Task directions>
Find the line holding "#165=ORIENTED_EDGE('',*,*,#164,.T.);" in the entries below. Give it again exactly, along with every line after it up to and including the line holding "#186=ORIENTED_EDGE('',*,*,#70,.F.);".

[Saved data entries]

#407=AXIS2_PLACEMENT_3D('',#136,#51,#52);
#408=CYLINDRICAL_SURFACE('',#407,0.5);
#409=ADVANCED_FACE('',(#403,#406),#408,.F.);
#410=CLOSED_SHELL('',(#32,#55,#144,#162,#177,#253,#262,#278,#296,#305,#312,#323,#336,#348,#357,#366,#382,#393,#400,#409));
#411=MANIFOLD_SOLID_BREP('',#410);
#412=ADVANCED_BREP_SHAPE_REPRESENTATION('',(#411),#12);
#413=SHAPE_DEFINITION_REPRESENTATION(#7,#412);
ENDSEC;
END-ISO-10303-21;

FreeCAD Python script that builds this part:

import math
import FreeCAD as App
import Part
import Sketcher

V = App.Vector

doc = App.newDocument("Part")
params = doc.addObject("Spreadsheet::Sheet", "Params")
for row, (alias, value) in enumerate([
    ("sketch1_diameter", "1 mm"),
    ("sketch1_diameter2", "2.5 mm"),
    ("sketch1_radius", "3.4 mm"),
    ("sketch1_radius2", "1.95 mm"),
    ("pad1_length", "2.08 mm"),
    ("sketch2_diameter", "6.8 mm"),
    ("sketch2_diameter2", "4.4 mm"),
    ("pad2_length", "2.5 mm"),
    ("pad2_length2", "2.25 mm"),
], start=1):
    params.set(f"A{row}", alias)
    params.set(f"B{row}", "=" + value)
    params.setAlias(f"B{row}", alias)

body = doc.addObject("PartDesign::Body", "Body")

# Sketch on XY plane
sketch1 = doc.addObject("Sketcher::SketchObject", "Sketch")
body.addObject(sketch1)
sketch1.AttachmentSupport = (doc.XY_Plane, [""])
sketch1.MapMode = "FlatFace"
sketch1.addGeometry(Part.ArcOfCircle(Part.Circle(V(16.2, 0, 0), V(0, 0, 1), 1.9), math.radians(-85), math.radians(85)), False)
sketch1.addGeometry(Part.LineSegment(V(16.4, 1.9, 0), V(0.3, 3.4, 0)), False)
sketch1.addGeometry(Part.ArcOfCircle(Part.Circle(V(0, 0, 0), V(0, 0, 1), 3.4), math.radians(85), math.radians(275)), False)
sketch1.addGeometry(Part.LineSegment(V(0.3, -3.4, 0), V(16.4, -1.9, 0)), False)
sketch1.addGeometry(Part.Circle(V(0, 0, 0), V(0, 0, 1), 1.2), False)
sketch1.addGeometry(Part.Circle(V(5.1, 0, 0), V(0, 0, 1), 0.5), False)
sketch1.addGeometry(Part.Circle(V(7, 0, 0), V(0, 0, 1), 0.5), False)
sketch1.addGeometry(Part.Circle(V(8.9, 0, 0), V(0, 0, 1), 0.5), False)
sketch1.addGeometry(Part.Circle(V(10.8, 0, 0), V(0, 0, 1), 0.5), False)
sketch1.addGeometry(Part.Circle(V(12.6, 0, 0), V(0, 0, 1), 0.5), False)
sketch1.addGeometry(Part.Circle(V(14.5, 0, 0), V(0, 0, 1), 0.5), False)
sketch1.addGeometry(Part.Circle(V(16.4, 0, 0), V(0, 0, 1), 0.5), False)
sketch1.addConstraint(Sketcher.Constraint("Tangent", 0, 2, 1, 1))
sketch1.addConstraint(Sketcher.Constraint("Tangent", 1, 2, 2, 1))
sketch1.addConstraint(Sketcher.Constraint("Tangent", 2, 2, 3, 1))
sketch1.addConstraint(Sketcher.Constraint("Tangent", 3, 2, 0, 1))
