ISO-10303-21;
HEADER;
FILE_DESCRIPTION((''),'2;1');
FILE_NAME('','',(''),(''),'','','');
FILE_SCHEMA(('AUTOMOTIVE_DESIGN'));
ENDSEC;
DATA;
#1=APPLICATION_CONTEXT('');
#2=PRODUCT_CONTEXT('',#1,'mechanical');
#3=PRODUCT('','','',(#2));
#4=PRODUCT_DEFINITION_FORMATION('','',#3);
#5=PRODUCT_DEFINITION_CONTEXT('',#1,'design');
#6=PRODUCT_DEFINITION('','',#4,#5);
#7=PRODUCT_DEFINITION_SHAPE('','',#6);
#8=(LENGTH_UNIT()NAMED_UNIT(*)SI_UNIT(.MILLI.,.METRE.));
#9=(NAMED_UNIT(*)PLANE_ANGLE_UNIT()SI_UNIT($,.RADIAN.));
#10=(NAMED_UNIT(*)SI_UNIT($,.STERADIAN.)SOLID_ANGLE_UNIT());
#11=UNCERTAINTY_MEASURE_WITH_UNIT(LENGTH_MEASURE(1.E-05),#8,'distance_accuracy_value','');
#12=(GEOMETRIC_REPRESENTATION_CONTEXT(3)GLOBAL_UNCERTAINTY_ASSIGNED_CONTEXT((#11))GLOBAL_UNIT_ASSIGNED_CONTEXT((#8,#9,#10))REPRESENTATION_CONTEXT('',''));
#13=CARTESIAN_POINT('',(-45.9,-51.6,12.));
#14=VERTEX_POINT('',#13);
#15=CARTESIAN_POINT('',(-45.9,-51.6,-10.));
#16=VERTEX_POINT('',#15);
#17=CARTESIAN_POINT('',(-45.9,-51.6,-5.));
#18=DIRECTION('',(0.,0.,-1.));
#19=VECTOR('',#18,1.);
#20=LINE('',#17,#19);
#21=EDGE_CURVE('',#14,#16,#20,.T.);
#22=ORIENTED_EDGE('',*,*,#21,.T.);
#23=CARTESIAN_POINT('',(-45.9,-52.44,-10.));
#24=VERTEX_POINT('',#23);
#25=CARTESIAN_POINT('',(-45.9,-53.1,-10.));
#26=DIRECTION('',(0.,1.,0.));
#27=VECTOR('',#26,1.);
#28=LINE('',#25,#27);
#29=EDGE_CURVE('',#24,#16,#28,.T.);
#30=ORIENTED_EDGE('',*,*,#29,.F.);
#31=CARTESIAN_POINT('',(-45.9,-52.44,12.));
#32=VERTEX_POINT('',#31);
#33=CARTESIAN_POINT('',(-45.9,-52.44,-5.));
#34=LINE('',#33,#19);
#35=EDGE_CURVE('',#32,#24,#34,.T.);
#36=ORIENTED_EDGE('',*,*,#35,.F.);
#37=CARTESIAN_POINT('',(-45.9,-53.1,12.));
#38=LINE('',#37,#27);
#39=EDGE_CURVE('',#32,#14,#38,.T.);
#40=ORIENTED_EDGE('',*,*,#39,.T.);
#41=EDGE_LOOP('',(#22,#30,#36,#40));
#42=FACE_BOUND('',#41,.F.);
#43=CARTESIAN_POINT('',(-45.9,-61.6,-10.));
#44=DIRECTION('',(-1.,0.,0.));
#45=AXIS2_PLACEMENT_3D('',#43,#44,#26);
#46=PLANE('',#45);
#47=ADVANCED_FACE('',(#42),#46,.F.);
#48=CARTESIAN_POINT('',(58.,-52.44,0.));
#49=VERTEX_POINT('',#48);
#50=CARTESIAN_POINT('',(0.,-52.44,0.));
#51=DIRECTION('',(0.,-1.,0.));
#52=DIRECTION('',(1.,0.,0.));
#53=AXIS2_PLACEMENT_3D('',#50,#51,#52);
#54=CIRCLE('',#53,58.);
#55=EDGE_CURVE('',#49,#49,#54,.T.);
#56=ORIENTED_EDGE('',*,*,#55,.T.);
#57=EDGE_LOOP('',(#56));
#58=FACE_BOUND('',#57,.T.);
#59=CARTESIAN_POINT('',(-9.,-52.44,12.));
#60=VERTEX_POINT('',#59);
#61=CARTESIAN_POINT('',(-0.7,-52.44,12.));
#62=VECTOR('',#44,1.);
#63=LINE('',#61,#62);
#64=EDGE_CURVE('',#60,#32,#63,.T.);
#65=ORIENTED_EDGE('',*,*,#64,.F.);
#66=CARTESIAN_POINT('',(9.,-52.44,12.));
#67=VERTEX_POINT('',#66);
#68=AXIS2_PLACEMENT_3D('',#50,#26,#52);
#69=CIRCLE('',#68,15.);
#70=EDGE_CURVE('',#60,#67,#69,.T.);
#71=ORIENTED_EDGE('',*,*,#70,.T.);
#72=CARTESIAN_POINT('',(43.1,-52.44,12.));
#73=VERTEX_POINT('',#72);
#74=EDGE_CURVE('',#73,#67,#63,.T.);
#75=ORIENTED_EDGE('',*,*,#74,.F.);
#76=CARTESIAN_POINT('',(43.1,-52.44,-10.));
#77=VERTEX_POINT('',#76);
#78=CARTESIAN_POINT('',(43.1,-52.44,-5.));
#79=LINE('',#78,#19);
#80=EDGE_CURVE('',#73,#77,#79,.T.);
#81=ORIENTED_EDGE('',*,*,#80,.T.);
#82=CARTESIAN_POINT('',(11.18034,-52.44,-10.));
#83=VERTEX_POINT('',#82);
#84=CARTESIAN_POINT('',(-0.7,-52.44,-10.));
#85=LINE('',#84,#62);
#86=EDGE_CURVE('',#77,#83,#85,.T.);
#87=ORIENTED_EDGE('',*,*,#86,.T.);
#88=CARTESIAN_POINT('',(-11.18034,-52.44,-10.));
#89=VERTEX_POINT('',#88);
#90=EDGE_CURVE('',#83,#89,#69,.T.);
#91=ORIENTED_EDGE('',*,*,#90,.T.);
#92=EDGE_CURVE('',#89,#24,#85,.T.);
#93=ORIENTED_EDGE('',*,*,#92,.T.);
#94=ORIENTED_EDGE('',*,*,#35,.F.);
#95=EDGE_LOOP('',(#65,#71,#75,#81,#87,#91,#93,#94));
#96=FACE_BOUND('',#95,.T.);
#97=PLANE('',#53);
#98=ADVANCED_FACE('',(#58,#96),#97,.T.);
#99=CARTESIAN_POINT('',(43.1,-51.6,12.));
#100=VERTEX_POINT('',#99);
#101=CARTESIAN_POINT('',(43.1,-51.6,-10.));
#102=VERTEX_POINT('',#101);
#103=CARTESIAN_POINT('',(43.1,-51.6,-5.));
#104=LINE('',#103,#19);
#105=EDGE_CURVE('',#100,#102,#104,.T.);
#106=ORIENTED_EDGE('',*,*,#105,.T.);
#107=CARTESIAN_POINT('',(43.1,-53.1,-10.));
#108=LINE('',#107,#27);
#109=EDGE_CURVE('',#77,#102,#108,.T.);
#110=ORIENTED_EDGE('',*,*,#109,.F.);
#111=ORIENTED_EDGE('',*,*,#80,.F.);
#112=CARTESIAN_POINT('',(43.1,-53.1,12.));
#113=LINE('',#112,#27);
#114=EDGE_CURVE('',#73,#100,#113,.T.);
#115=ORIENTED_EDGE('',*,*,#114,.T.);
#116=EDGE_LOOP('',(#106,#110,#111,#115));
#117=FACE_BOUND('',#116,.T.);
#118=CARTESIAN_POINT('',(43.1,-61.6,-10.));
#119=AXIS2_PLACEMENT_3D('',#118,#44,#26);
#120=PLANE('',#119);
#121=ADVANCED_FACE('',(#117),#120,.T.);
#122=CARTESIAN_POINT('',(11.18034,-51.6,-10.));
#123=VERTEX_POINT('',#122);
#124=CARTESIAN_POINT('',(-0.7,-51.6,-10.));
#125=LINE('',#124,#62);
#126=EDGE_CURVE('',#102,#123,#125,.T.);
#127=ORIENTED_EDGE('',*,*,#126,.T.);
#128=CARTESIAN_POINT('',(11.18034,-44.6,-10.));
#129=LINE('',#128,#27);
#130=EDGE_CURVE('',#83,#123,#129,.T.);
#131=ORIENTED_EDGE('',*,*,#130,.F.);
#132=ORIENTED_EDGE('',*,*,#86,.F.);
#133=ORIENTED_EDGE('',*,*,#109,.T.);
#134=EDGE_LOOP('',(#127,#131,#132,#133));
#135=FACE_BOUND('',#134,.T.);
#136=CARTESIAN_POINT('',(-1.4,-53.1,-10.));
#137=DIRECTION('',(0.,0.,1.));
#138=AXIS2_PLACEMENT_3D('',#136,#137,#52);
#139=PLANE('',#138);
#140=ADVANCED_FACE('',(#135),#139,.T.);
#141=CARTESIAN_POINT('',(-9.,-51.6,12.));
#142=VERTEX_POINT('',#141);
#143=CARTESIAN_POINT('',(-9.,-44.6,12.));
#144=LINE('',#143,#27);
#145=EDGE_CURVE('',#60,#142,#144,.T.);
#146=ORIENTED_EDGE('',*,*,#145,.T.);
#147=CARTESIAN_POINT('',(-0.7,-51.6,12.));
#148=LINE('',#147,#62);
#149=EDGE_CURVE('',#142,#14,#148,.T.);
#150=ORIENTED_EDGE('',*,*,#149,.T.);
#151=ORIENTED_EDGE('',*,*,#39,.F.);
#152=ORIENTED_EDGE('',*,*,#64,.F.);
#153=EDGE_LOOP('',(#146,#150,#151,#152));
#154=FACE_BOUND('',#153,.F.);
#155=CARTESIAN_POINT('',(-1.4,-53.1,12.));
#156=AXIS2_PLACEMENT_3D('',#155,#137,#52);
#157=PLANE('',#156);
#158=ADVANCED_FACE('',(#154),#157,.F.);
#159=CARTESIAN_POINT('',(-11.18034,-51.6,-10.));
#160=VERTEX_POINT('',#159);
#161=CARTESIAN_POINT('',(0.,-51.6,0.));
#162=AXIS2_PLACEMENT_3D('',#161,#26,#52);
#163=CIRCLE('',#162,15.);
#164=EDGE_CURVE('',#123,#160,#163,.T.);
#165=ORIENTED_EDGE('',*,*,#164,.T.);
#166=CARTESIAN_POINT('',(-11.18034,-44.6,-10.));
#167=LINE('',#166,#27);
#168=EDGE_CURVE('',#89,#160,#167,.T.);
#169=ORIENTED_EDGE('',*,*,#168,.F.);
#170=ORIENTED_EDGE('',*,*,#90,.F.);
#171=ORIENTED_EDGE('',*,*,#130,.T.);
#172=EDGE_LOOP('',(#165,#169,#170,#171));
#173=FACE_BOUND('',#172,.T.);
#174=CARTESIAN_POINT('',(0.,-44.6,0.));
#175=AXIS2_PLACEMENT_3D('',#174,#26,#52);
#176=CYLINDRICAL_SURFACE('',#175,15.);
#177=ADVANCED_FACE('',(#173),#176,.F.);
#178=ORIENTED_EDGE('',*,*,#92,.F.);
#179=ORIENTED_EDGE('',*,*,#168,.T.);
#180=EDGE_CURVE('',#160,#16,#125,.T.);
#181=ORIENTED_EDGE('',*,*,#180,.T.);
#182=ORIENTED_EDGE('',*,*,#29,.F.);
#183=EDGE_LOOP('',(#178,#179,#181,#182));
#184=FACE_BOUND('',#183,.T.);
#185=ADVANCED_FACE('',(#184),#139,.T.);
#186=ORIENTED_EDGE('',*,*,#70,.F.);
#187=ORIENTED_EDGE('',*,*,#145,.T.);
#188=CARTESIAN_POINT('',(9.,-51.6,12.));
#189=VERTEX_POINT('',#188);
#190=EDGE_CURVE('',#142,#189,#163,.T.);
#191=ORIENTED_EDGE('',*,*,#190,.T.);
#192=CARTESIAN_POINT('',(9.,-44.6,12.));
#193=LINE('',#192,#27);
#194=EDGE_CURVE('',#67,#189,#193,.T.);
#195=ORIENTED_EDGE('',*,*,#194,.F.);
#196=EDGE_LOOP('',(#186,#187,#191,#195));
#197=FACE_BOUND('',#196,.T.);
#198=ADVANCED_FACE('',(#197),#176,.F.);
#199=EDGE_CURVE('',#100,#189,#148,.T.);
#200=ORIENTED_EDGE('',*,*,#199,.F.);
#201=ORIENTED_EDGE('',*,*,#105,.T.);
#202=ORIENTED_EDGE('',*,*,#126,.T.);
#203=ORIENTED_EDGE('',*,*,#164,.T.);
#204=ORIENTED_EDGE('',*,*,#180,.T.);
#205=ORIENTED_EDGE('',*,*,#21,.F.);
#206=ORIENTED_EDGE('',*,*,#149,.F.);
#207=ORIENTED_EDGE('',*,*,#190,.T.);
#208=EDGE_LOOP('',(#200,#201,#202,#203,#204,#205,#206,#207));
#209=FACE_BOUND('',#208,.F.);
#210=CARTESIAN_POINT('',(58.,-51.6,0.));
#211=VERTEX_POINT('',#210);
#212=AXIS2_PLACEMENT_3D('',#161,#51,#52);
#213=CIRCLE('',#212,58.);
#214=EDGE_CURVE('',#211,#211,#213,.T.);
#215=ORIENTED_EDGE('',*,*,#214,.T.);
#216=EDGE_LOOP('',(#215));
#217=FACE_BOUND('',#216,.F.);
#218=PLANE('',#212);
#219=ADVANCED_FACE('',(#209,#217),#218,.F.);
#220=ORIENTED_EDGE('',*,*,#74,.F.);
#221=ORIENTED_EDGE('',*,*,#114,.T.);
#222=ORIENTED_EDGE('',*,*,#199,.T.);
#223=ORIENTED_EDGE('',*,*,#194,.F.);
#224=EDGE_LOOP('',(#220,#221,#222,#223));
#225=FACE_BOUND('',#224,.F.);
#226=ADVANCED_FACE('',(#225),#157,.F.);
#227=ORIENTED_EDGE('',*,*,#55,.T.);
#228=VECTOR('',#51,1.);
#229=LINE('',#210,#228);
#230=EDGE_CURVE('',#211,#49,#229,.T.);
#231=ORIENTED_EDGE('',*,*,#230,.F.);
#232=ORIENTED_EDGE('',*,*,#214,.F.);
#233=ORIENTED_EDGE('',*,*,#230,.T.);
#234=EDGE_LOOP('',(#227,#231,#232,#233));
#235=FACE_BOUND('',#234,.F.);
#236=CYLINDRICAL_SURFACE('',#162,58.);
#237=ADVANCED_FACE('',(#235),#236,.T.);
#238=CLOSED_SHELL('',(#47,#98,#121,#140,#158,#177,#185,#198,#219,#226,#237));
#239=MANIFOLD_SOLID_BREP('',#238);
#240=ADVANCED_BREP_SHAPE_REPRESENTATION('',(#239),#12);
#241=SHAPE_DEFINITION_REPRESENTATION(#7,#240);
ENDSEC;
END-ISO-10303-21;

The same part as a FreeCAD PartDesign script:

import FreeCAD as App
import Part
import Sketcher
from FreeCAD import Vector

doc = App.newDocument("Part")
body = doc.addObject("PartDesign::Body", "Body")

# Sketch on XZ plane
sketch1 = body.newObject("Sketcher::SketchObject", "Sketch")
sketch1.AttachmentSupport = (doc.getObject("XZ_Plane"), [""])
sketch1.MapMode = "FlatFace"
sketch1.AttachmentOffset = App.Placement(Vector(0, 0, 42.6), App.Rotation())
sketch1.addGeometry(Part.Circle(Vector(0, 0, 0), Vector(0, 0, 1), 15), False)
sketch1.addConstraint(Sketcher.Constraint("Coincident", 0, 3, -1, 1))
sketch1.addConstraint(Sketcher.Constraint("Diameter", 0, 30.0))
pad1 = body.newObject("PartDesign::Pad", "Pad")
pad1.Profile = sketch1
pad1.Length = 17.84
body2 = doc.addObject("PartDesign::Body", "Body001")

# Sketch on XY plane
sketch2 = body2.newObject("Sketcher::SketchObject", "Sketch001")
sketch2.AttachmentSupport = (doc.getObject("XY_Plane001"), [""])
sketch2.MapMode = "FlatFace"
sketch2.AttachmentOffset = App.Placement(Vector(0, 0, -10), App.Rotation())
sketch2.addGeometry(Part.LineSegment(Vector(-45.9, -42.6, 0), Vector(-45.9, -59.6, 0)), False)
sketch2.addGeometry(Part.LineSegment(Vector(-45.9, -59.6, 0), Vector(43.1, -59.6, 0)), False)
sketch2.addGeometry(Part.LineSegment(Vector(43.1, -59.6, 0), Vector(43.1, -42.6, 0)), False)
sketch2.addGeometry(Part.LineSegment(Vector(43.1, -42.6, 0), Vector(-45.9, -42.6, 0)), False)
sketch2.addConstraint(Sketcher.Constraint("Coincident", 0, 2, 1, 1))
sketch2.addConstraint(Sketcher.Constraint("Coincident", 1, 2, 2, 1))
sketch2.addConstraint(Sketcher.Constraint("Coincident", 2, 2, 3, 1))
sketch2.addConstraint(Sketcher.Constraint("Coincident", 3, 2, 0, 1))
sketch2.addConstraint(Sketcher.Constraint("Vertical", 0))
sketch2.addConstraint(Sketcher.Constraint("Horizontal", 1))
sketch2.addConstraint(Sketcher.Constraint("Vertical", 2))
sketch2.addConstraint(Sketcher.Constraint("Horizontal", 3))
sketch2.addConstraint(Sketcher.Constraint("DistanceX", 1, 1, 1, 2, 89.0))
sketch2.addConstraint(Sketcher.Constraint("DistanceY", 0, 2, 0, 1, 17.0))
sketch2.addConstraint(Sketcher.Constraint("DistanceX", 0, 2, -1, 1, 45.9))
sketch2.addConstraint(Sketcher.Constraint("DistanceY", 0, 2, -1, 1, 59.6))
pad2 = body2.newObject("PartDesign::Pad", "Pad001")
pad2.Profile = sketch2
pad2.Length = 22
body3 = doc.addObject("PartDesign::Body", "Body002")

Task solution>
#165=ORIENTED_EDGE('',*,*,#164,.T.);
#166=CARTESIAN_POINT('',(-11.18034,-44.6,-10.));
#167=LINE('',#166,#27);
#168=EDGE_CURVE('',#89,#160,#167,.T.);
#169=ORIENTED_EDGE('',*,*,#168,.F.);
#170=ORIENTED_EDGE('',*,*,#90,.F.);
#171=ORIENTED_EDGE('',*,*,#130,.T.);
#172=EDGE_LOOP('',(#165,#169,#170,#171));
#173=FACE_BOUND('',#172,.T.);
#174=CARTESIAN_POINT('',(0.,-44.6,0.));
#175=AXIS2_PLACEMENT_3D('',#174,#26,#52);
#176=CYLINDRICAL_SURFACE('',#175,15.);
#177=ADVANCED_FACE('',(#173),#176,.F.);
#178=ORIENTED_EDGE('',*,*,#92,.F.);
#179=ORIENTED_EDGE('',*,*,#168,.T.);
#180=EDGE_CURVE('',#160,#16,#125,.T.);
#181=ORIENTED_EDGE('',*,*,#180,.T.);
#182=ORIENTED_EDGE('',*,*,#29,.F.);
#183=EDGE_LOOP('',(#178,#179,#181,#182));
#184=FACE_BOUND('',#183,.T.);
#185=ADVANCED_FACE('',(#184),#139,.T.);
#186=ORIENTED_EDGE('',*,*,#70,.F.);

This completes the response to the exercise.